[PROBLEM STATEMENT] Give every entry again, exactly.

[DATA SHOWN]

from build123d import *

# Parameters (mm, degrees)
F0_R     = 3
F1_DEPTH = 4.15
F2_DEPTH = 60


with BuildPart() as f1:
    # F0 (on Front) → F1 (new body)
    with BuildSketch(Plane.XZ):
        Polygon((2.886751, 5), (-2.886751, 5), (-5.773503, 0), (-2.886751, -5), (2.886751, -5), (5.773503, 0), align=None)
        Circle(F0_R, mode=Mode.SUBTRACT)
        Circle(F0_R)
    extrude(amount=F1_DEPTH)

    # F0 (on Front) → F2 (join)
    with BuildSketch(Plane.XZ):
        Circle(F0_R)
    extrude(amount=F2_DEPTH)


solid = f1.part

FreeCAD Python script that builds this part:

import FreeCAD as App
import Part
import Sketcher

V = App.Vector
Q = App.Units.Quantity


def add_polygon(sketch, points):
    """Adds a closed chain of lines whose ends are joined by coincident constraints."""
    first, n = sketch.GeometryCount, len(points)
    for a, b in zip(points, points[1:] + points[:1]):
        sketch.addGeometry(Part.LineSegment(App.Vector(*a, 0), App.Vector(*b, 0)), False)
    for i in range(n):
        sketch.addConstraint(Sketcher.Constraint("Coincident", first + i, 2, first + (i + 1) % n, 1))

doc = App.newDocument("Part")
body = doc.addObject("PartDesign::Body", "Body")

sketch1 = body.newObject("Sketcher::SketchObject", "Sketch")
sketch1.AttachmentSupport = (doc.getObject("XZ_Plane"), [""])
sketch1.MapMode = "FlatFace"
add_polygon(sketch1, [(2.886751, 5), (-2.886751, 5), (-5.773503, 0), (-2.886751, -5), (2.886751, -5), (5.773503, 0)])
sketch1.addConstraint([
    Sketcher.Constraint("Horizontal", 0),
    Sketcher.Constraint("Horizontal", 3),
    Sketcher.Constraint("Symmetric", 0, 2, 3, 2, -1, 1),
    Sketcher.Constraint("Symmetric", 1, 2, 4, 2, -1, 1),
    Sketcher.Constraint("PointOnObject", 1, 2, -1),
    Sketcher.Constraint("Parallel", 2, 5),
    Sketcher.Constraint("Vertical", 0, 2, 2, 2),
    Sketcher.Constraint("Angle", 1, Q("-120.000006 deg")),
    Sketcher.Constraint("DistanceY", -1, 1, 0, 2, 5.0),
    Sketcher.Constraint("DistanceX", 0, 2, 0, 1, 5.773502),
])
pad1 = body.newObject("PartDesign::Pad", "Pad")
pad1.Profile = sketch1
pad1.Length = 4.15

sketch2 = body.newObject("Sketcher::SketchObject", "Sketch001")
sketch2.AttachmentSupport = (doc.getObject("XZ_Plane"), [""])
sketch2.MapMode = "FlatFace"
sketch2.addGeometry(Part.Circle(V(0, 0, 0), V(0, 0, 1), 3), False)
sketch2.addConstraint([
    Sketcher.Constraint("Coincident", 0, 3, -1, 1),
    Sketcher.Constraint("Diameter", 0, 6.0),
])
pad2 = body.newObject("PartDesign::Pad", "Pad001")
pad2.Profile = sketch2
pad2.Length = 60

doc.recompute()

[RESPONSE AREA]
from build123d import *

# Parameters (mm, degrees)
F0_R     = 3
F1_DEPTH = 4.15
F2_DEPTH = 60


with BuildPart() as f1:
    # F0 (on Front) → F1 (new body)
    with BuildSketch(Plane.XZ):
        Polygon((2.886751, 5), (-2.886751, 5), (-5.773503, 0), (-2.886751, -5), (2.886751, -5), (5.773503, 0), align=None)
        Circle(F0_R, mode=Mode.SUBTRACT)
        Circle(F0_R)
    extrude(amount=F1_DEPTH)

    # F0 (on Front) → F2 (join)
    with BuildSketch(Plane.XZ):
        Circle(F0_R)
    extrude(amount=F2_DEPTH)


solid = f1.part

FreeCAD Python script that builds this part:

import FreeCAD as App
import Part
import Sketcher

V = App.Vector
Q = App.Units.Quantity


def add_polygon(sketch, points):
    """Adds a closed chain of lines whose ends are joined by coincident constraints."""
    first, n = sketch.GeometryCount, len(points)
    for a, b in zip(points, points[1:] + points[:1]):
        sketch.addGeometry(Part.LineSegment(App.Vector(*a, 0), App.Vector(*b, 0)), False)
    for i in range(n):
        sketch.addConstraint(Sketcher.Constraint("Coincident", first + i, 2, first + (i + 1) % n, 1))

doc = App.newDocument("Part")
body = doc.addObject("PartDesign::Body", "Body")

sketch1 = body.newObject("Sketcher::SketchObject", "Sketch")
sketch1.AttachmentSupport = (doc.getObject("XZ_Plane"), [""])
sketch1.MapMode = "FlatFace"
add_polygon(sketch1, [(2.886751, 5), (-2.886751, 5), (-5.773503, 0), (-2.886751, -5), (2.886751, -5), (5.773503, 0)])
sketch1.addConstraint([
    Sketcher.Constraint("Horizontal", 0),
    Sketcher.Constraint("Horizontal", 3),
    Sketcher.Constraint("Symmetric", 0, 2, 3, 2, -1, 1),
    Sketcher.Constraint("Symmetric", 1, 2, 4, 2, -1, 1),
    Sketcher.Constraint("PointOnObject", 1, 2, -1),
    Sketcher.Constraint("Parallel", 2, 5),
    Sketcher.Constraint("Vertical", 0, 2, 2, 2),
    Sketcher.Constraint("Angle", 1, Q("-120.000006 deg")),
    Sketcher.Constraint("DistanceY", -1, 1, 0, 2, 5.0),
    Sketcher.Constraint("DistanceX", 0, 2, 0, 1, 5.773502),
])
pad1 = body.newObject("PartDesign::Pad", "Pad")
pad1.Profile = sketch1
pad1.Length = 4.15

sketch2 = body.newObject("Sketcher::SketchObject", "Sketch001")
sketch2.AttachmentSupport = (doc.getObject("XZ_Plane"), [""])
sketch2.MapMode = "FlatFace"
sketch2.addGeometry(Part.Circle(V(0, 0, 0), V(0, 0, 1), 3), False)
sketch2.addConstraint([
    Sketcher.Constraint("Coincident", 0, 3, -1, 1),
    Sketcher.Constraint("Diameter", 0, 6.0),
])
pad2 = body.newObject("PartDesign::Pad", "Pad001")
pad2.Profile = sketch2
pad2.Length = 60

doc.recompute()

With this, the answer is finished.